Son las palabras con las que terminaba el padre Raniero Cantalamessa O.F.M.Cap., en la mañana de este viernes, la última meditación de esta Cuaresma que pronunció ante Benedicto XVI y sus colaboradores de la Curia Romana, una reflexión cuyo núcleo fue el «corazón» humano y su conversión.

Con un tono fuertemente contemplativo, el religioso invitó a los presentes caminar al Calvario y entrar en «la Pasión del alma de Jesús» –«mucho más dolorosa que la del cuerpo»–, desvelando, uno a uno, todos los elementos que confluyeron en ella.

Así, se meditó desde la «soledad» que padeció –que «alcanza el culmen en la cruz, cuando Jesús, en su humanidad, se siente abandonado hasta del Padre»– hasta «la humillación y el desprecio» que rodearon a Cristo.

«Pero la pasión del alma del Salvador tiene una causa aún más profunda» –advirtió–: «en Getsemaní ruega para que se aparte de Él el cáliz.
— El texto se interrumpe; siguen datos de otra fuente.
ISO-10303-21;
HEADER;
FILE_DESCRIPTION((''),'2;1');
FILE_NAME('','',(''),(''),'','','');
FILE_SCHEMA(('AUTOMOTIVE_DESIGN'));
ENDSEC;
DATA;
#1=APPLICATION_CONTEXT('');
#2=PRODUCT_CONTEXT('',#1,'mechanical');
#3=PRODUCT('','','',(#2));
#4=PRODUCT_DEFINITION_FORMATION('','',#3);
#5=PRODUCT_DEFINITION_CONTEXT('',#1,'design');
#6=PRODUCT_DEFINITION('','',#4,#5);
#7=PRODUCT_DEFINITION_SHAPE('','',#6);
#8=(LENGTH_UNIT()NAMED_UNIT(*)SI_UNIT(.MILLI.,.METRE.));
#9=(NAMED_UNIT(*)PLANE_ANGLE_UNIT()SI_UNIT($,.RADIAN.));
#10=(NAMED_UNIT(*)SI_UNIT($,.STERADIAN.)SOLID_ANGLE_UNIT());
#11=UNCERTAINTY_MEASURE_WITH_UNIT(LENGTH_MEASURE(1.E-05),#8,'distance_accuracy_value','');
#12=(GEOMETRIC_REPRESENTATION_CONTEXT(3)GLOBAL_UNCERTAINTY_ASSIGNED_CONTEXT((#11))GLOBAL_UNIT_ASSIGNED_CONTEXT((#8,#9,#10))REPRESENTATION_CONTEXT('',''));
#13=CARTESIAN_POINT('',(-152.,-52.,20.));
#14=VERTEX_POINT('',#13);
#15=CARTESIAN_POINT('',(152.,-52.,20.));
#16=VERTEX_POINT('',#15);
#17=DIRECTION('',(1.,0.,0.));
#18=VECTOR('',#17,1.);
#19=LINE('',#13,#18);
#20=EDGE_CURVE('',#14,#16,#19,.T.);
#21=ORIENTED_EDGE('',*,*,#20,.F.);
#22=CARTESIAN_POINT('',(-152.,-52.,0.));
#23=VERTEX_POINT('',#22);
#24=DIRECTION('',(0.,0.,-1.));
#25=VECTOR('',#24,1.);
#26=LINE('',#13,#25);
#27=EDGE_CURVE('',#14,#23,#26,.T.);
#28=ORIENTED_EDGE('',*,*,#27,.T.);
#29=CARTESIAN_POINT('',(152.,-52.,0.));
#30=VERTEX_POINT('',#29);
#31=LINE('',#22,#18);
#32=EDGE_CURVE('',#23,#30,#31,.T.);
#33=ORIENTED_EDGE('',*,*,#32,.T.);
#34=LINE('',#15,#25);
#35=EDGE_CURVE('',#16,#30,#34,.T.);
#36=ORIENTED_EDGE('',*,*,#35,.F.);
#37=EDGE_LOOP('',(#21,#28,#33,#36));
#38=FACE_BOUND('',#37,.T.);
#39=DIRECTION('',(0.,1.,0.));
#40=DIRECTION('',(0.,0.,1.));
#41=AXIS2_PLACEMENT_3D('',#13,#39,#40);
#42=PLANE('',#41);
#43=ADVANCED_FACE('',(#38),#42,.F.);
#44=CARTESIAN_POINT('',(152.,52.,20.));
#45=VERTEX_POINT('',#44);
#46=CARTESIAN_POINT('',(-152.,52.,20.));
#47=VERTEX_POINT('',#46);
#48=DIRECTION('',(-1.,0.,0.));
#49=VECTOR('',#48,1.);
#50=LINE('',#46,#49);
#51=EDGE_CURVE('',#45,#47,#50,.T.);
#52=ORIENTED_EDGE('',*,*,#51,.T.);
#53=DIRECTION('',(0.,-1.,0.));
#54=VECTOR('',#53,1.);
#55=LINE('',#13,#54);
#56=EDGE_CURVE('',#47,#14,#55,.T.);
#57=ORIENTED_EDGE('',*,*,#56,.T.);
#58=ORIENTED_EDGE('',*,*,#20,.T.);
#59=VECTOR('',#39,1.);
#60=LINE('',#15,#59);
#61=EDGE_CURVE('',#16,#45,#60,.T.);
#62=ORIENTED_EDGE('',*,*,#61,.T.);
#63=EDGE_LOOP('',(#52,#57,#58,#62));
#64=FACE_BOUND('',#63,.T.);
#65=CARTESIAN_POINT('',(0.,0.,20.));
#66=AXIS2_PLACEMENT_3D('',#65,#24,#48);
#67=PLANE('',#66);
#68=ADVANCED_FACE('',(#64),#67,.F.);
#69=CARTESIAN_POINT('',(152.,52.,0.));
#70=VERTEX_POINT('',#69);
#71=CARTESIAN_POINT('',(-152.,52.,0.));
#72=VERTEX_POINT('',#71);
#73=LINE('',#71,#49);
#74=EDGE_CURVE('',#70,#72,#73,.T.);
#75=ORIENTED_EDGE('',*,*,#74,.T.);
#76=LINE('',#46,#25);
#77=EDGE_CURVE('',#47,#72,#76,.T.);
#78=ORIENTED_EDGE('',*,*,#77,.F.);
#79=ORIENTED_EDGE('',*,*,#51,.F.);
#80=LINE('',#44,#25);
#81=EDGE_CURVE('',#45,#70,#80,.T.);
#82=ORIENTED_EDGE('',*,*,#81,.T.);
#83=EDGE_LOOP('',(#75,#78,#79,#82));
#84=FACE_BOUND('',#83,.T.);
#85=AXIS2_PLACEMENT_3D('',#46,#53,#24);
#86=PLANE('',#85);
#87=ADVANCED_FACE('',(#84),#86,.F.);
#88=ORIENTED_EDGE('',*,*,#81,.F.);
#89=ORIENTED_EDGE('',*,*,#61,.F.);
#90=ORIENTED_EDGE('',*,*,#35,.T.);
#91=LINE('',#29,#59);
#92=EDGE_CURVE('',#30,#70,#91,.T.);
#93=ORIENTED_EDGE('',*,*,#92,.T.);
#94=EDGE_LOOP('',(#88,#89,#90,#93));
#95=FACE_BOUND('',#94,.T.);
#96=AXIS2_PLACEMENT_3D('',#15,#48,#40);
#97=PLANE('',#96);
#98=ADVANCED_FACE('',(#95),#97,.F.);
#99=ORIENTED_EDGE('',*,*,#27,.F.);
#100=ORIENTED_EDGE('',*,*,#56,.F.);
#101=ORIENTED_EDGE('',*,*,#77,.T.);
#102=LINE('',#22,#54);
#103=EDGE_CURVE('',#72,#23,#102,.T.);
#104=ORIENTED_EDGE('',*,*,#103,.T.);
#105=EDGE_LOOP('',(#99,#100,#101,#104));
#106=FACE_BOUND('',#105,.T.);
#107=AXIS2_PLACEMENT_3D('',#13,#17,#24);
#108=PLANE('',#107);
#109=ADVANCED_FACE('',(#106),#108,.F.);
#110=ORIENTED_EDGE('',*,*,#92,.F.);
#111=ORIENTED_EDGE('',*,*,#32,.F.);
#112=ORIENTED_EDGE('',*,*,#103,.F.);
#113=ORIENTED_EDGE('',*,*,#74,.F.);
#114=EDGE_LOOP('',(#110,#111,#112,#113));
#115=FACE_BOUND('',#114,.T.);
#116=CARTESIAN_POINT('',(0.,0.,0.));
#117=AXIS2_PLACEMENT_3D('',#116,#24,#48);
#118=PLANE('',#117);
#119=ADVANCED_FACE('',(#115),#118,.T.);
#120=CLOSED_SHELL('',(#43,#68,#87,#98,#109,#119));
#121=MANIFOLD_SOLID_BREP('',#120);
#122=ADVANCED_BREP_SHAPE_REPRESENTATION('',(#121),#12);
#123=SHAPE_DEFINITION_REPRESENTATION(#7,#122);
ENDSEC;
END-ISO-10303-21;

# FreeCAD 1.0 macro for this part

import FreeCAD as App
import Part
import Sketcher

doc = App.newDocument("Part")
body = doc.addObject("PartDesign::Body", "Body")

sketch1 = body.newObject("Sketcher::SketchObject", "Sketch")
sketch1.AttachmentSupport = (doc.getObject("XY_Plane"), [""])
sketch1.MapMode = "FlatFace"
sketch1.addGeometry(Part.LineSegment(App.Vector(-152, 52, 0), App.Vector(-152, -52, 0)), False)
sketch1.addGeometry(Part.LineSegment(App.Vector(-152, -52, 0), App.Vector(152, -52, 0)), False)
sketch1.addGeometry(Part.LineSegment(App.Vector(152, -52, 0), App.Vector(152, 52, 0)), False)
sketch1.addGeometry(Part.LineSegment(App.Vector(152, 52, 0), App.Vector(-152, 52, 0)), False)
sketch1.addConstraint(Sketcher.Constraint("Coincident", 0, 2, 1, 1))
sketch1.addConstraint(Sketcher.Constraint("Coincident", 1, 2, 2, 1))
sketch1.addConstraint(Sketcher.Constraint("Coincident", 2, 2, 3, 1))
sketch1.addConstraint(Sketcher.Constraint("Coincident", 3, 2, 0, 1))
sketch1.addConstraint(Sketcher.Constraint("Vertical", 0))
sketch1.addConstraint(Sketcher.Constraint("Horizontal", 1))
sketch1.addConstraint(Sketcher.Constraint("Vertical", 2))
sketch1.addConstraint(Sketcher.Constraint("Horizontal", 3))
sketch1.addConstraint(Sketcher.Constraint("Symmetric", 0, 2, 2, 2, -1, 1))
sketch1.addConstraint(Sketcher.Constraint("DistanceX", 1, 1, 1, 2, 304.0))
sketch1.addConstraint(Sketcher.Constraint("DistanceY", 0, 2, 0, 1, 104.0))
pad1 = body.newObject("PartDesign::Pad", "Pad")
pad1.Profile = sketch1
pad1.Length = 20

doc.recompute()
La imagen del cáliz evoca casi siempre, en la Biblia, la idea de la ira de Dios contra el pecado».

Y como Jesús carga con toda la impiedad del mundo, de forma que, según escribe San Pablo, es el hombre «hecho pecado», «es contra Él que “se revela” la ira de Dios», aclaró.
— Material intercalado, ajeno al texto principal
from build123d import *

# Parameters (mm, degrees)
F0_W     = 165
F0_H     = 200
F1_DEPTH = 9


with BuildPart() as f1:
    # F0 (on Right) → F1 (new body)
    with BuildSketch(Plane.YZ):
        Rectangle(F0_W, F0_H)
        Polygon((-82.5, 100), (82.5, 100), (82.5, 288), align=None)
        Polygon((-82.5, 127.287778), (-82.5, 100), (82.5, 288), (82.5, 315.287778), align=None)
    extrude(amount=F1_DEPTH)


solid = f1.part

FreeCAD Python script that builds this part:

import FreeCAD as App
import Part
import Sketcher

V = App.Vector
Q = App.Units.Quantity


def add_polygon(sketch, points):
    """Adds a closed chain of lines whose ends are joined by coincident constraints."""
    first, n = sketch.GeometryCount, len(points)
    for a, b in zip(points, points[1:] + points[:1]):
        sketch.addGeometry(Part.LineSegment(App.Vector(*a, 0), App.Vector(*b, 0)), False)
    for i in range(n):
        sketch.addConstraint(Sketcher.Constraint("Coincident", first + i, 2, first + (i + 1) % n, 1))

doc = App.newDocument("Part")
params = doc.addObject("Spreadsheet::Sheet", "Params")
for row, (alias, value) in enumerate([
    ("sketch1_width", "165 mm"),
    ("pad1_length", "9 mm"),
], start=1):
    params.set(f"A{row}", alias)
    params.set(f"B{row}", "=" + value)
    params.setAlias(f"B{row}", alias)

body = doc.addObject("PartDesign::Body", "Body")

# Sketch on YZ plane
sketch1 = body.newObject("Sketcher::SketchObject", "Sketch")
sketch1.AttachmentSupport = (doc.getObject("YZ_Plane"), [""])
sketch1.MapMode = "FlatFace"
add_polygon(sketch1, [(-82, -100), (82, -100), (82, 315), (-82, 127)])  # lines 0-3
sketch1.addConstraint([
    Sketcher.Constraint("Horizontal", 0),
    Sketcher.Constraint("Vertical", 1),
    Sketcher.Constraint("Vertical", 3),
    Sketcher.Constraint("DistanceX", 0, 1, 0, 2, Q("165 mm")),
    Sketcher.Constraint("DistanceY", 0, 2, -1, 1, Q("100 mm")),
    Sketcher.Constraint("DistanceY", 2, 2, 1, 2, Q("188 mm")),
    Sketcher.Constraint("DistanceX", -1, 1, 0, 2, Q("82.5 mm")),
    Sketcher.Constraint("DistanceY", 1, 1, 1, 2, Q("415.287778 mm")),
])
sketch1.setExpression("Constraints[7]", "Params.sketch1_width")
pad1 = body.newObject("PartDesign::Pad", "Pad")
pad1.Profile = sketch1
pad1.setExpression("Length", "Params.pad1_length")

doc.recompute()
De ahí que «la infinita atracción que existe desde la eternidad entre Padre e Hijo es atravesada ahora por una repulsión igualmente infinita entre la santidad de Dios y la malicia del pecado, y esto es “beber el cáliz”», recordó el predicador del Papa en la capilla Redemtoris Mater del Palacio Apostólico.

En este punto invitó al Santo Padre y a la Curia a «pasar de la contemplación de la Pasión a nuestra respuesta a ella», pues como subraya el Apóstol Pablo, Jesús «fue entregado a la muerte “por nuestros pecados”».

Y «la Pasión inevitablemente nos es ajena mientras no se entra en ella por esa puertecita estrecha del “por nosotros”. Conoce verdaderamente la Pasión sólo quien reconoce que es también obra suya», advirtió el padre Cantalamessa.

Lo que debe ocurrir en el corazón de quien lee y medita la Pasión de Cristo es, simbólicamente, cuanto ocurrió tras su muerte: «las rocas se resquebrajaron»: «que se rompan las piedras de los corazones», dijo el sacerdote citando a San León Magno.

Se trata de la conversión, de la que la Biblia explica su sentido profundo «como un cambio de corazón», recordó.

Toda conversión supone «un paso de un estado a otro, de un punto de partida a un punto de llegada. El punto de partida, el estado del que se debe salir, es para la Escritura el de la dureza de corazón»; el de llegada lo describe «coherentemente, con las imágenes del corazón contrito, herido, lacerado, circunciso, del corazón de carne, del corazón nuevo», explicó el padre Cantalamessa.

Y subrayó que «el corazón es el yo profundo del hombre, su propia persona, en particular su inteligencia y voluntad», «el centro de la vida religiosa, el punto en el que Dios se dirige al hombre y el hombre decide su respuesta a Dios».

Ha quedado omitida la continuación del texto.